Working to such a prescription, instead of trying to do the impossible, will build a tax system that is acceptable to politicians and the public: one that is resilient.

That was my ‘take home’ from the 124th Henry George Commemoration Dinner address delivered at the Royal Society of Victoria in Melbourne on 2 September (Henry George’s birthdate) by Professor Miranda Stewart, Director of the Tax and Transfer Policy Institute at the Crawford School of Public Policy, Australia National University.

Professor Stewart’s speech was accompanied by several charts, including a histogram showing the component break-ups of the revenue bases of a number of nations. My eyes naturally flew to the property component of each country, and I noted Australia was by no means the highest property-taxing nation these days: we were less than the USA, for example. I feel certain that was not the case forty years ago.

Stewart’s address was well delivered and challenging for Georgists who want big changes now.  It stressed that sweeping reforms  are not possible in the current political environment.
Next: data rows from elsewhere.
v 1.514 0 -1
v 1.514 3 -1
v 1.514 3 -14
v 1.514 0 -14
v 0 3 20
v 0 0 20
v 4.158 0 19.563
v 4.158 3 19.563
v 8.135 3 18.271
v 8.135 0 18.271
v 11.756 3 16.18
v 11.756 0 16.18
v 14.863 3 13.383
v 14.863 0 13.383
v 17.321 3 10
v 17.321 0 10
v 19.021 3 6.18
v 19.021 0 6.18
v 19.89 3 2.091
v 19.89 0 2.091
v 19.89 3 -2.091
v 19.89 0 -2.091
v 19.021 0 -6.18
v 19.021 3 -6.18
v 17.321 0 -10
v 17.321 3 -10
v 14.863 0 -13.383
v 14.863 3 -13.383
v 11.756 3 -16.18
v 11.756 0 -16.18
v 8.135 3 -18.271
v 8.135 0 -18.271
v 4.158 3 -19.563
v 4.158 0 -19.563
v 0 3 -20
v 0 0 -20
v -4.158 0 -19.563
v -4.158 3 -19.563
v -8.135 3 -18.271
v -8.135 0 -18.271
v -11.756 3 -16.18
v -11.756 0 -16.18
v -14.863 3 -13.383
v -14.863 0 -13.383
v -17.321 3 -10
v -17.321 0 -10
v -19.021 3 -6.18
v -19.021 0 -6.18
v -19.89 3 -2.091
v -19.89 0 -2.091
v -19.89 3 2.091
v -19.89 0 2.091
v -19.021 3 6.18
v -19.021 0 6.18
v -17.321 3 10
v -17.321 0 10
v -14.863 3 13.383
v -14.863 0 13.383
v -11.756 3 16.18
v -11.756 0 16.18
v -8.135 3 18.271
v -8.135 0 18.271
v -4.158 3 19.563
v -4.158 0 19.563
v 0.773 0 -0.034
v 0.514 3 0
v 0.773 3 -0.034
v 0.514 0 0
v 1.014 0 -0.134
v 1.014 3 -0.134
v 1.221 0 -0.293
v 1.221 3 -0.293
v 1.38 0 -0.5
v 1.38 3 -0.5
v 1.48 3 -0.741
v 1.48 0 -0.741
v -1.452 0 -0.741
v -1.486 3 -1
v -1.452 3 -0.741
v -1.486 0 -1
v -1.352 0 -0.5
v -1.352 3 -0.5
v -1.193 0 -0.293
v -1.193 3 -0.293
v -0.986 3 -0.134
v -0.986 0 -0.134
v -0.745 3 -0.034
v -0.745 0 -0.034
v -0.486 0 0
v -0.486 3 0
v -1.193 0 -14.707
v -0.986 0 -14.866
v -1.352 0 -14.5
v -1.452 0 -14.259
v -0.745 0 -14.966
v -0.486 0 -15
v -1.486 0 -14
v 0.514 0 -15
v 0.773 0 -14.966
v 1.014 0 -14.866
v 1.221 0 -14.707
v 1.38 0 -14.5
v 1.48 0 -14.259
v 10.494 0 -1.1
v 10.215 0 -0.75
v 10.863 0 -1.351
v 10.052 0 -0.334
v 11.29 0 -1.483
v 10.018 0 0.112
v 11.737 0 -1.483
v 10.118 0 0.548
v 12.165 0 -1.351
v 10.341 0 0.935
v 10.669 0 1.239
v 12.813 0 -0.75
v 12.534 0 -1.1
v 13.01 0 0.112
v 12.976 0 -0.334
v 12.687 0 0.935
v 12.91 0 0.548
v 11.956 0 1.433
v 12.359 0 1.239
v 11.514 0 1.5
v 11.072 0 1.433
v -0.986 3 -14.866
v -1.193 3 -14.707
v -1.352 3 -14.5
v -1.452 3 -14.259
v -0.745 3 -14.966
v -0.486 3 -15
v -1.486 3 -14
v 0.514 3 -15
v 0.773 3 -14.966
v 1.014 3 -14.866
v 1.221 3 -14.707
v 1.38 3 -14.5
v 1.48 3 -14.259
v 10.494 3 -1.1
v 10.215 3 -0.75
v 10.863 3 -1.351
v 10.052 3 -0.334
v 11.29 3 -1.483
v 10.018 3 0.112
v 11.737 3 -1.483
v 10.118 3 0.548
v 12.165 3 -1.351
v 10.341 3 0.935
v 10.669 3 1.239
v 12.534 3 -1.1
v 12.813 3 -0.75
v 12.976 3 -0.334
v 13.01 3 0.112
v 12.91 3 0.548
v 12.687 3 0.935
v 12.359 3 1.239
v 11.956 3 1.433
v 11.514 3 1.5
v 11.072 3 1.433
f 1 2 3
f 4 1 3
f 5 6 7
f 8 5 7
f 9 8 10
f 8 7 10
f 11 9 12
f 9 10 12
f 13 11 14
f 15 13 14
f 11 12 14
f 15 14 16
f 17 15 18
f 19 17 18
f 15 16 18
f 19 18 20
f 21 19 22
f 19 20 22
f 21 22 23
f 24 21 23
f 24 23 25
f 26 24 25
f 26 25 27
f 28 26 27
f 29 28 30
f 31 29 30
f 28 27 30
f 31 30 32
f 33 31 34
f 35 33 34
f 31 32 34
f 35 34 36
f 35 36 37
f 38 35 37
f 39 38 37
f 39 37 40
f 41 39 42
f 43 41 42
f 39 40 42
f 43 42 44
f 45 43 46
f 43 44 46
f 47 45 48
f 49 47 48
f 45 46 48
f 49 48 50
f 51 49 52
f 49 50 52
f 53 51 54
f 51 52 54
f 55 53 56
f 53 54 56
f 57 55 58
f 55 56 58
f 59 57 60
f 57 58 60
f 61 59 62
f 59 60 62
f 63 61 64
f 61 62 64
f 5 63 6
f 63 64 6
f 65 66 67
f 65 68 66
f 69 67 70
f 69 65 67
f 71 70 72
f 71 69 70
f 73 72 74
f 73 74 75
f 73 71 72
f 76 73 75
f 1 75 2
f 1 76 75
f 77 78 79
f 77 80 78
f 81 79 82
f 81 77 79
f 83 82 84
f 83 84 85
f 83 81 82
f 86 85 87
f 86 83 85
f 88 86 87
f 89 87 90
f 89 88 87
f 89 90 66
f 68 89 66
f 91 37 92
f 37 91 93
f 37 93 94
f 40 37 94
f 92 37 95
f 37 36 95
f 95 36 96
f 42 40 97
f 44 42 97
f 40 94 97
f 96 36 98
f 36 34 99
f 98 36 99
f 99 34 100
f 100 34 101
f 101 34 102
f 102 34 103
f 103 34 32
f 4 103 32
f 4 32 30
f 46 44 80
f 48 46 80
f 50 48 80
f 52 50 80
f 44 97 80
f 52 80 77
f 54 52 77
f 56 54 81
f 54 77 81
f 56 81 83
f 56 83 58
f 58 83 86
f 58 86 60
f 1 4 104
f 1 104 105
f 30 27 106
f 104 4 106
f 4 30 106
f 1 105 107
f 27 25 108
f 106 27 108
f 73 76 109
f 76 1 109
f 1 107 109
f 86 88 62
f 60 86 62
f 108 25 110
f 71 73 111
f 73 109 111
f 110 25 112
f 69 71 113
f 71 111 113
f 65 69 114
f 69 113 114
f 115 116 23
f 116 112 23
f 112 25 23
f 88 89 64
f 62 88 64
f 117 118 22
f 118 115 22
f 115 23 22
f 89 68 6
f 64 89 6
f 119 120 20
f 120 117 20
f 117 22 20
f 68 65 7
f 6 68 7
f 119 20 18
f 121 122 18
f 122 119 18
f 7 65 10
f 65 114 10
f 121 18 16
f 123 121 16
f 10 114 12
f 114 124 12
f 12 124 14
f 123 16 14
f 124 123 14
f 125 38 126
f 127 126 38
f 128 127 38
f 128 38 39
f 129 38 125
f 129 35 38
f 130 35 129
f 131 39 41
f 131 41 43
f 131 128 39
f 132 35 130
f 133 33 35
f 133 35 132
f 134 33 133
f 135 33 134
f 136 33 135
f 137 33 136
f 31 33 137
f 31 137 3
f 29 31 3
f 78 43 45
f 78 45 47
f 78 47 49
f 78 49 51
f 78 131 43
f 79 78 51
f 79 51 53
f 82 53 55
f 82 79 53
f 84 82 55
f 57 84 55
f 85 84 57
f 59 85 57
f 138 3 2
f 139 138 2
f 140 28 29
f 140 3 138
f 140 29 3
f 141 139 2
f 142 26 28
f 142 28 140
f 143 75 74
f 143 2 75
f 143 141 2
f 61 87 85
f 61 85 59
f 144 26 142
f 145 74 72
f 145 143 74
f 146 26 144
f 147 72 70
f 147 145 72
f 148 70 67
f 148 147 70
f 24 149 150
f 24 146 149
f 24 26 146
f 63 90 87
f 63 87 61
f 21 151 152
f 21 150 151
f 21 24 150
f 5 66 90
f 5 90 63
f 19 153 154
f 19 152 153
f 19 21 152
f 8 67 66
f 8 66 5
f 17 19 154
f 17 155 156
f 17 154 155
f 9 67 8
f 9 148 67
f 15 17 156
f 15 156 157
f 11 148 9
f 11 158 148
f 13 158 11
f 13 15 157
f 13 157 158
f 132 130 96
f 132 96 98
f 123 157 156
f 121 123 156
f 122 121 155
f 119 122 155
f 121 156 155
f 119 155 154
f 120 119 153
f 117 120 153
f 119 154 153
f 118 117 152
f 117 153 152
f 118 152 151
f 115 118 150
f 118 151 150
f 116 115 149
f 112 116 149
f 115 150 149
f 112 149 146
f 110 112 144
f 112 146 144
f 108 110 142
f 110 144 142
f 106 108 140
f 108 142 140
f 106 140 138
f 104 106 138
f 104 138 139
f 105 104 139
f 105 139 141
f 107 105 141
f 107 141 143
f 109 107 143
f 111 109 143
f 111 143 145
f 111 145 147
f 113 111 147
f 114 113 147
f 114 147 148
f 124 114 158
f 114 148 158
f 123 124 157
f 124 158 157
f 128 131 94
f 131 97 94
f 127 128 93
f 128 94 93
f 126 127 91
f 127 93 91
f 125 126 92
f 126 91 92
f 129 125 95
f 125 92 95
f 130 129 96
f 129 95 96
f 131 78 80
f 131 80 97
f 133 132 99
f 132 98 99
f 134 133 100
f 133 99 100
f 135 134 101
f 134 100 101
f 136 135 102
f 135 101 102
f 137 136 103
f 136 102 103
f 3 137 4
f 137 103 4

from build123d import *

# Parameters (mm, degrees)
SKETCH1_R           = 20
BOSS_EXTRUDE1_DEPTH = 3
SKETCH2_W           = 3
SKETCH2_H           = 15
CUT_EXTRUDE1_DEPTH  = 3
SKETCH3_R           = 1.5
CUT_EXTRUDE2_DEPTH  = 3
FILLET1_R           = 1
FILLET2_R           = 1
FILLET3_R           = 1
FILLET4_R           = 1


with BuildPart() as part:
    # Sketch1 → Boss-Extrude1 (new body)
    with BuildSketch(Plane(origin=(0, 0, 0), x_dir=(1, 0, 0), z_dir=(0, 1, 0))):
        with Locations(Location((0, 0, 0), (0, 0, 270))):
            Circle(SKETCH1_R)
    extrude(amount=BOSS_EXTRUDE1_DEPTH)

    # Sketch2 → Cut-Extrude1 (cut)
    with BuildSketch(Plane(origin=(0, 3, 0), x_dir=(1, 0, 0), z_dir=(0, 1, 0))):
        with Locations((0.013912119, 7.5)):
            Rectangle(SKETCH2_W, SKETCH2_H)
    extrude(amount=-CUT_EXTRUDE1_DEPTH, mode=Mode.SUBTRACT)

    # Sketch3 → Cut-Extrude2 (cut)
    with BuildSketch(Plane(origin=(0, 3, 0), x_dir=(1, 0, 0), z_dir=(0, 1, 0))):
        with Locations(Location((11.513912119, 0, 0), (0, 0, 270))):
            Circle(SKETCH3_R)
    extrude(amount=-CUT_EXTRUDE2_DEPTH, mode=Mode.SUBTRACT)

    # Fillet1
    fillet1_edges = [part.edges().sort_by_distance(p)[0] for p in [
        (-1.486087881, 1.5, -15),
    ]]
    fillet(fillet1_edges, radius=FILLET1_R)

    # Fillet2
    fillet2_edges = [part.edges().sort_by_distance(p)[0] for p in [
        (1.513912119, 1.5, -15),
    ]]
    fillet(fillet2_edges, radius=FILLET2_R)

    # Fillet3
    fillet3_edges = [part.edges().sort_by_distance(p)[0] for p in [
        (-1.486087881, 1.5, 0),
    ]]
    fillet(fillet3_edges, radius=FILLET3_R)

    # Fillet4
    fillet4_edges = [part.edges().sort_by_distance(p)[0] for p in [
        (1.513912119, 1.5, 0),
    ]]
    fillet(fillet4_edges, radius=FILLET4_R)


solid = part.part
I ventured a question to Professor Stewart:  Maybe reform should reflect the current economic reality of nations around the world collapsing as a result bursting real estate bubbles–that is, the need for higher land taxes if we are to keep a lid on escalating land prices?  She acknowledged the point, but emphasised the political difficulties. Several thoughtful questions were put to the speaker about necessary reform.

Not that there’s anything wrong with we older bods, but I was cheered to see the large proportion of younger people in attendance, and the discussion and intermingling that took place amongst the sixty or so present.